╭──

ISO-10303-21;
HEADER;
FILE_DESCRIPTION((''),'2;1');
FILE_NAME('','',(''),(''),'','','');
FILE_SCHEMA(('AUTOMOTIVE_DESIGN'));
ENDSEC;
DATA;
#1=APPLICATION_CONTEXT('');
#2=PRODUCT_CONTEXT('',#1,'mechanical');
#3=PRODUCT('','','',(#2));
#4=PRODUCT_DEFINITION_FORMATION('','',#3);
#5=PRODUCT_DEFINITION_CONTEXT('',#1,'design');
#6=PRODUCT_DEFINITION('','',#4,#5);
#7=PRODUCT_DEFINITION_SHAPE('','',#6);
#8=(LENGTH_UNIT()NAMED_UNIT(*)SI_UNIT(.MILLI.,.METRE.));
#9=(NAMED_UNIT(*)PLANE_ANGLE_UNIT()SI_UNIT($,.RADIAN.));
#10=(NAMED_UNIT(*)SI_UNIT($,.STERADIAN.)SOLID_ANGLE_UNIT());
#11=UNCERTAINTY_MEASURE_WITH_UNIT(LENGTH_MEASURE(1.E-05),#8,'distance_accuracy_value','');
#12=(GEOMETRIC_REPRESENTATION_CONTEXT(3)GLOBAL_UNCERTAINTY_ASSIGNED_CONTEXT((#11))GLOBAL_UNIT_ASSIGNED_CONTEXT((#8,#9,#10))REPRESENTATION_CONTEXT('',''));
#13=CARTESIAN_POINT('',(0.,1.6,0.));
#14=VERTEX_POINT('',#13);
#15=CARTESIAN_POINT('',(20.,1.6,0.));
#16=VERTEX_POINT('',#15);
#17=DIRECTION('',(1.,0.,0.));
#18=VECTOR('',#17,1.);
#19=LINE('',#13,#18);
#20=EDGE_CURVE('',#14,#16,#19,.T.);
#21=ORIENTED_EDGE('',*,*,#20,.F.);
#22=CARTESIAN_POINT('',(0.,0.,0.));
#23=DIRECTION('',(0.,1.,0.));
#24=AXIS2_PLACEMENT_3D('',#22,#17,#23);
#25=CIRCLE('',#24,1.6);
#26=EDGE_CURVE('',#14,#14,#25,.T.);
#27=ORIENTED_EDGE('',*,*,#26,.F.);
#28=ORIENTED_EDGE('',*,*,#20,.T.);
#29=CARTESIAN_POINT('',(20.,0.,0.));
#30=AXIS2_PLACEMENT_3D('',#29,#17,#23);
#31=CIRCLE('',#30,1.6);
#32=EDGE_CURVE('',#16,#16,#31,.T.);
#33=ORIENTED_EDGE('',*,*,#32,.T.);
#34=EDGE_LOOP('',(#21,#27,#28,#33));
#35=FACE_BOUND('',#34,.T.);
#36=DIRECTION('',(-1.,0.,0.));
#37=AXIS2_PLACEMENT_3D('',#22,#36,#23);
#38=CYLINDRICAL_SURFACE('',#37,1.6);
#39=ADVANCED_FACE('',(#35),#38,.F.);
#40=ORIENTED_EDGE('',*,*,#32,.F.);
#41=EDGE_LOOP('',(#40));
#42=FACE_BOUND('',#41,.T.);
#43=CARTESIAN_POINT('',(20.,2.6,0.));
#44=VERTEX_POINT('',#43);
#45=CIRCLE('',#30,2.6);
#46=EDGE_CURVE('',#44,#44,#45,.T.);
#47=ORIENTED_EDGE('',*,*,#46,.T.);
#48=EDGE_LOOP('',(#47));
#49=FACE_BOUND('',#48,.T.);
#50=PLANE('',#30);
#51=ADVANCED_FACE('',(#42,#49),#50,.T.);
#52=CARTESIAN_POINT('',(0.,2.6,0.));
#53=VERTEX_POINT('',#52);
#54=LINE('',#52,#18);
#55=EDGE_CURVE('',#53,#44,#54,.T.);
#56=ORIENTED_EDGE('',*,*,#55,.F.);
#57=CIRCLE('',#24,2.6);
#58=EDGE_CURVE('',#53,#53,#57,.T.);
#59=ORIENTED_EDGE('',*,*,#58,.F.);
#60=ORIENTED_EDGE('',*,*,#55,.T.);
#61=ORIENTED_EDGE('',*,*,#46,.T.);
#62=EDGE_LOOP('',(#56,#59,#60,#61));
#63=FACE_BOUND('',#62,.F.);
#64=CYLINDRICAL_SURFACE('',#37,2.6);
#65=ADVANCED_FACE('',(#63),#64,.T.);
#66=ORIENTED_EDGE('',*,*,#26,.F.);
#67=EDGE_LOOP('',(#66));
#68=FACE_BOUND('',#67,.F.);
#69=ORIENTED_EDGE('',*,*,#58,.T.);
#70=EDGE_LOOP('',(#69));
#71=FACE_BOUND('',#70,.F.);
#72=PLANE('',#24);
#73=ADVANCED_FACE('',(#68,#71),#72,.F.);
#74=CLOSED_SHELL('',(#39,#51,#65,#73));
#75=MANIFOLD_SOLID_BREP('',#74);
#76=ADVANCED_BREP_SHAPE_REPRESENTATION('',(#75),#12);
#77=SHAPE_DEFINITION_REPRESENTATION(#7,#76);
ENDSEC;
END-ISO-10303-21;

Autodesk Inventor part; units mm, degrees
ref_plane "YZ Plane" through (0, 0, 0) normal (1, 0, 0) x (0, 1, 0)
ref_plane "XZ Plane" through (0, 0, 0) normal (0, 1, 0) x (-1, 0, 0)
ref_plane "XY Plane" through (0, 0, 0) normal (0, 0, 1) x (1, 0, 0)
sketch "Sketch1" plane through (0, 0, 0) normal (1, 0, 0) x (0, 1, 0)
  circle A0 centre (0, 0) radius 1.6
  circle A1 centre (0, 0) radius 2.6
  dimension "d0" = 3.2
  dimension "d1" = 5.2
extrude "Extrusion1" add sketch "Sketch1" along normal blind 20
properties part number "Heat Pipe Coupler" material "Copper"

╰──
╭──

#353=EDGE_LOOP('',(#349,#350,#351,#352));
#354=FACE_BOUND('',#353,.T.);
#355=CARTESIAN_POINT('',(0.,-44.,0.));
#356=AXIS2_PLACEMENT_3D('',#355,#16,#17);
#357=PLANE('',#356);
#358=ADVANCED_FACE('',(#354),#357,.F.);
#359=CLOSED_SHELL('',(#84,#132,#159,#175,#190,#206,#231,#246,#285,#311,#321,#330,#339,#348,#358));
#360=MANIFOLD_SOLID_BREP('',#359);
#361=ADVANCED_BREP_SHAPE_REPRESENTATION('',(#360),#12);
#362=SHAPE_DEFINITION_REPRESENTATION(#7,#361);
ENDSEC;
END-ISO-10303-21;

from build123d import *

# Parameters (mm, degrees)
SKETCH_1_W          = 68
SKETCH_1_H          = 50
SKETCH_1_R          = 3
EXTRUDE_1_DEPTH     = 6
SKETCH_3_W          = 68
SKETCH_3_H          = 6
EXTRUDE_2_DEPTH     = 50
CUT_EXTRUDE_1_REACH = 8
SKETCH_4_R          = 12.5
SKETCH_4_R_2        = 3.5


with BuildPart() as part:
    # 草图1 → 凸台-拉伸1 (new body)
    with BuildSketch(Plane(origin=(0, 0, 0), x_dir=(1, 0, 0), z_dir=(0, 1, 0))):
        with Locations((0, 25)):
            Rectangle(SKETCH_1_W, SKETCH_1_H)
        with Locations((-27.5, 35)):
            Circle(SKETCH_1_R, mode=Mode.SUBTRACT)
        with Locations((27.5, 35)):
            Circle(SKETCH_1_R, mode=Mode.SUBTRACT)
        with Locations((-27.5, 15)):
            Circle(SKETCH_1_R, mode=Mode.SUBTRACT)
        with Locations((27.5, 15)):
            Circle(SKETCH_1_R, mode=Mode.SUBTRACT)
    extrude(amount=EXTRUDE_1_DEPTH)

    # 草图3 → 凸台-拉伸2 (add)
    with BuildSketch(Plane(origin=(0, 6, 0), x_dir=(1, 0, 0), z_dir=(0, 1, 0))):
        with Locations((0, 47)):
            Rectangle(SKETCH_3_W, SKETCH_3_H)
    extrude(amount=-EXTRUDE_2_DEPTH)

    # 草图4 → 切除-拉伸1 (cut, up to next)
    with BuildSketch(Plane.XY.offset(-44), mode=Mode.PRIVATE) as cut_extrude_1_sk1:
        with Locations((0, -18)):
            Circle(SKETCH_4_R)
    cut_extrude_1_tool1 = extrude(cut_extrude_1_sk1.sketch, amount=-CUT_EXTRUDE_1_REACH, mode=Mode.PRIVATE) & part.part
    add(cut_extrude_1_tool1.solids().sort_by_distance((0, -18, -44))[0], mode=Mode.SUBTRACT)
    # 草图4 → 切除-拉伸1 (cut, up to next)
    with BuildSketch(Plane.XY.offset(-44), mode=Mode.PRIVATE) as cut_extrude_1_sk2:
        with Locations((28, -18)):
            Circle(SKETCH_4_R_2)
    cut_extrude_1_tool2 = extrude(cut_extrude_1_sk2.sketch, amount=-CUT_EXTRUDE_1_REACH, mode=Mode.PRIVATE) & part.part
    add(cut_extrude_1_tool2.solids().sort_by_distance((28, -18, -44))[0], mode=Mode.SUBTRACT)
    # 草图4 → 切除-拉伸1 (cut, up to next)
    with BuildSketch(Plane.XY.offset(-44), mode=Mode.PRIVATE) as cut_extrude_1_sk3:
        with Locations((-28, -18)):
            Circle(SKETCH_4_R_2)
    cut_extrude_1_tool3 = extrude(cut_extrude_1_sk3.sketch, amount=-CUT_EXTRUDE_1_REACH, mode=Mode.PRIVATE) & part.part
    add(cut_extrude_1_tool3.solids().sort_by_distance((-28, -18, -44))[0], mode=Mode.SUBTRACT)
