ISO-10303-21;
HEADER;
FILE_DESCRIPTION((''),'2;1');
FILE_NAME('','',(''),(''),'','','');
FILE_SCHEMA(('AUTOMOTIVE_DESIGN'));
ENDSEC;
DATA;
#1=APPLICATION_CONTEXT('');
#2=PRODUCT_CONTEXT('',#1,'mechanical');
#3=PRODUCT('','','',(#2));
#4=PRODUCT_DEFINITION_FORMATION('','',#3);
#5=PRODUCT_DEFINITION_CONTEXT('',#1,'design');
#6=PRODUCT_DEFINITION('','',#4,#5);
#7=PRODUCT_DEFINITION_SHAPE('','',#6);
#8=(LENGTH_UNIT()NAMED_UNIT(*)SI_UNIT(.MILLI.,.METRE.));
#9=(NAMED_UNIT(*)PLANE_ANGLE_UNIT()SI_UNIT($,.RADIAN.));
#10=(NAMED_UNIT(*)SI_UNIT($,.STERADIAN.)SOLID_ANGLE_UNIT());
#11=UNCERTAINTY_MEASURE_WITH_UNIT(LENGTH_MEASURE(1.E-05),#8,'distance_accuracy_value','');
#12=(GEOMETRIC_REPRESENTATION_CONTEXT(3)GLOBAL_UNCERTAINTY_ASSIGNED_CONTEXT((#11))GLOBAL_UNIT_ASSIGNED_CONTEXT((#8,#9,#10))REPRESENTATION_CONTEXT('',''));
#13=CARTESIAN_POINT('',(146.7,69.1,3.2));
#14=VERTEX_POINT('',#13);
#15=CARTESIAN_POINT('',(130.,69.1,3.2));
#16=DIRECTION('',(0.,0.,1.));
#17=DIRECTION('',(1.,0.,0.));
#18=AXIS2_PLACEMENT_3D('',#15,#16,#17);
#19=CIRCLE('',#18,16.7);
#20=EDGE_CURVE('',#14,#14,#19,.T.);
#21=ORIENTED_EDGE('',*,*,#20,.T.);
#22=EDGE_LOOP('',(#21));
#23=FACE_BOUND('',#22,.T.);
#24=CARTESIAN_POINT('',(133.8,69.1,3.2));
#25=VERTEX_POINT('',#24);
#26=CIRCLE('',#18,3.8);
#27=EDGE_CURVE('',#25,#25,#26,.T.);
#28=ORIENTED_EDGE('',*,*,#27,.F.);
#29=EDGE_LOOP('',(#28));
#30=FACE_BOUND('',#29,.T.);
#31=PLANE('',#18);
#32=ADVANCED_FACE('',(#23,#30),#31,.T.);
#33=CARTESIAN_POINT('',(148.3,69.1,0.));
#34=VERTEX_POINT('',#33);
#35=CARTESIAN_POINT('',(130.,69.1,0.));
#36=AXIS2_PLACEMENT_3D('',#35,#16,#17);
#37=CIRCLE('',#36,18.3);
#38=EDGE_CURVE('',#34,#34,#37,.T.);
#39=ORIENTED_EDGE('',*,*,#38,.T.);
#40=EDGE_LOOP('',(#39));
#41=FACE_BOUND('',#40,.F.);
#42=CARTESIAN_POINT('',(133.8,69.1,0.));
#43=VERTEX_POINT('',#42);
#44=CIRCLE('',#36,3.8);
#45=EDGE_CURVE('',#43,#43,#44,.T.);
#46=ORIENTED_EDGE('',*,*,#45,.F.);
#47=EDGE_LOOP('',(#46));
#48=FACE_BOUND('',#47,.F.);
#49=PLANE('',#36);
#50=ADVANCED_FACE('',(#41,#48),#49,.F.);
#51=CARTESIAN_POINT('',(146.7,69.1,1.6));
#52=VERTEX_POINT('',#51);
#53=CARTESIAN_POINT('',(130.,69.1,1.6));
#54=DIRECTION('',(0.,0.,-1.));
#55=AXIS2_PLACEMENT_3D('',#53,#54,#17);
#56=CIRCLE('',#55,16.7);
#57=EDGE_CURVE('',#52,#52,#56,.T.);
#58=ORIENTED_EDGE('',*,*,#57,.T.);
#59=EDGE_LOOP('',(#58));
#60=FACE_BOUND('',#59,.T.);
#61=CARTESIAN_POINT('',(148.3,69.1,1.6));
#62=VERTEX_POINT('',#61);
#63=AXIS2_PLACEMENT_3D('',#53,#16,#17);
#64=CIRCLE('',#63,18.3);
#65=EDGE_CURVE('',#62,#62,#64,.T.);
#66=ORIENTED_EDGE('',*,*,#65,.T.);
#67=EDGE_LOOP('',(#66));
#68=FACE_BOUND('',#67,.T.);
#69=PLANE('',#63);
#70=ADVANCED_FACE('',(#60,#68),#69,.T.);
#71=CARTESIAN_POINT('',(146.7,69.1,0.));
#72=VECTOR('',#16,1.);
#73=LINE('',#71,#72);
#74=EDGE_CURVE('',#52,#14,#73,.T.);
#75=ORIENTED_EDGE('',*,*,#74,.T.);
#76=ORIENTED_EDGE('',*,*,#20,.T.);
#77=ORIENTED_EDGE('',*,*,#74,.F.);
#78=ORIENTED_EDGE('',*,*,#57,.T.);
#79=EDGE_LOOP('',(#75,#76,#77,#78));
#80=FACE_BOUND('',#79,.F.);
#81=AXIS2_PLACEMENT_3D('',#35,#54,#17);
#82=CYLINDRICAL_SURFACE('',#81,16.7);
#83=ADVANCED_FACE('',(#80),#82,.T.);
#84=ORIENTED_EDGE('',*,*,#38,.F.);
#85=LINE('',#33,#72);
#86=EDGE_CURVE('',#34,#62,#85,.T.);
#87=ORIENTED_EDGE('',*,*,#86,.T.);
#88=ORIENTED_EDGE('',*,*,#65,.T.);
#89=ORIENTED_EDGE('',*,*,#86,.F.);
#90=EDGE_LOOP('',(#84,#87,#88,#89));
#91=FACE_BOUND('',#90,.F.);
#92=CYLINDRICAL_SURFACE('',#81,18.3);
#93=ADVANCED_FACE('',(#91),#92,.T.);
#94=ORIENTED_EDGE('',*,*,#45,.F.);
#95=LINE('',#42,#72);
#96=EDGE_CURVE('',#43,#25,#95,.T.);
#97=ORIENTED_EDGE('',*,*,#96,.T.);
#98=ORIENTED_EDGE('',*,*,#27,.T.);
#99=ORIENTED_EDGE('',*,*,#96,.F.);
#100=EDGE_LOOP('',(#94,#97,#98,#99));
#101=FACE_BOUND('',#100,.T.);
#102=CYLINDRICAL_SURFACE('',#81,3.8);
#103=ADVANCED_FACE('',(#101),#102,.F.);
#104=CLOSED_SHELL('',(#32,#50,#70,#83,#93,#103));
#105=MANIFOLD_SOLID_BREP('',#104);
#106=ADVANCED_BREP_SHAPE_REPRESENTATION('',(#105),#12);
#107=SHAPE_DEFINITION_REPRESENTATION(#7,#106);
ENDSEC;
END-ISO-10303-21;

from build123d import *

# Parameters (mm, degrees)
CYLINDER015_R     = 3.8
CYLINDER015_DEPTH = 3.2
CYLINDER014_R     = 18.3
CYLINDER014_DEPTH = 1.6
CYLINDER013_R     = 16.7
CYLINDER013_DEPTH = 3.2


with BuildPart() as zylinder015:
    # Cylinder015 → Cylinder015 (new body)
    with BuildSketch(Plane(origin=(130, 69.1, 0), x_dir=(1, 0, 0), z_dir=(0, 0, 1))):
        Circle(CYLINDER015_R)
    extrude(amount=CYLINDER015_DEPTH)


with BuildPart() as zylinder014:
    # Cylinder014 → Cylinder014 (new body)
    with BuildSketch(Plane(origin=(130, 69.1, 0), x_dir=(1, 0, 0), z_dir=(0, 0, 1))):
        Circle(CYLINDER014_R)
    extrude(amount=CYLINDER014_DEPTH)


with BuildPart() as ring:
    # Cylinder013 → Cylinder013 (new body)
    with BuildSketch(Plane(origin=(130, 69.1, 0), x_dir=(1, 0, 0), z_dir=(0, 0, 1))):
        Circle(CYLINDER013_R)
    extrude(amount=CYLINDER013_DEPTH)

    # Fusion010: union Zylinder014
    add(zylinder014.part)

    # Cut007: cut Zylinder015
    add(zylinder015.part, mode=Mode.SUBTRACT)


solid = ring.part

╰──

## [PROBLEM]
Produce a word-for-word copy of everything above from the line holding "#39=ORIENTED_EDGE('',*,*,#38,.T.);" down to the line holding "#78=ORIENTED_EDGE('',*,*,#57,.T.);", with both of those lines kept.

## [RESULT BELOW]
#39=ORIENTED_EDGE('',*,*,#38,.T.);
#40=EDGE_LOOP('',(#39));
#41=FACE_BOUND('',#40,.F.);
#42=CARTESIAN_POINT('',(133.8,69.1,0.));
#43=VERTEX_POINT('',#42);
#44=CIRCLE('',#36,3.8);
#45=EDGE_CURVE('',#43,#43,#44,.T.);
#46=ORIENTED_EDGE('',*,*,#45,.F.);
#47=EDGE_LOOP('',(#46));
#48=FACE_BOUND('',#47,.F.);
#49=PLANE('',#36);
#50=ADVANCED_FACE('',(#41,#48),#49,.F.);
#51=CARTESIAN_POINT('',(146.7,69.1,1.6));
#52=VERTEX_POINT('',#51);
#53=CARTESIAN_POINT('',(130.,69.1,1.6));
#54=DIRECTION('',(0.,0.,-1.));
#55=AXIS2_PLACEMENT_3D('',#53,#54,#17);
#56=CIRCLE('',#55,16.7);
#57=EDGE_CURVE('',#52,#52,#56,.T.);
#58=ORIENTED_EDGE('',*,*,#57,.T.);
#59=EDGE_LOOP('',(#58));
#60=FACE_BOUND('',#59,.T.);
#61=CARTESIAN_POINT('',(148.3,69.1,1.6));
#62=VERTEX_POINT('',#61);
#63=AXIS2_PLACEMENT_3D('',#53,#16,#17);
#64=CIRCLE('',#63,18.3);
#65=EDGE_CURVE('',#62,#62,#64,.T.);
#66=ORIENTED_EDGE('',*,*,#65,.T.);
#67=EDGE_LOOP('',(#66));
#68=FACE_BOUND('',#67,.T.);
#69=PLANE('',#63);
#70=ADVANCED_FACE('',(#60,#68),#69,.T.);
#71=CARTESIAN_POINT('',(146.7,69.1,0.));
#72=VECTOR('',#16,1.);
#73=LINE('',#71,#72);
#74=EDGE_CURVE('',#52,#14,#73,.T.);
#75=ORIENTED_EDGE('',*,*,#74,.T.);
#76=ORIENTED_EDGE('',*,*,#20,.T.);
#77=ORIENTED_EDGE('',*,*,#74,.F.);
#78=ORIENTED_EDGE('',*,*,#57,.T.);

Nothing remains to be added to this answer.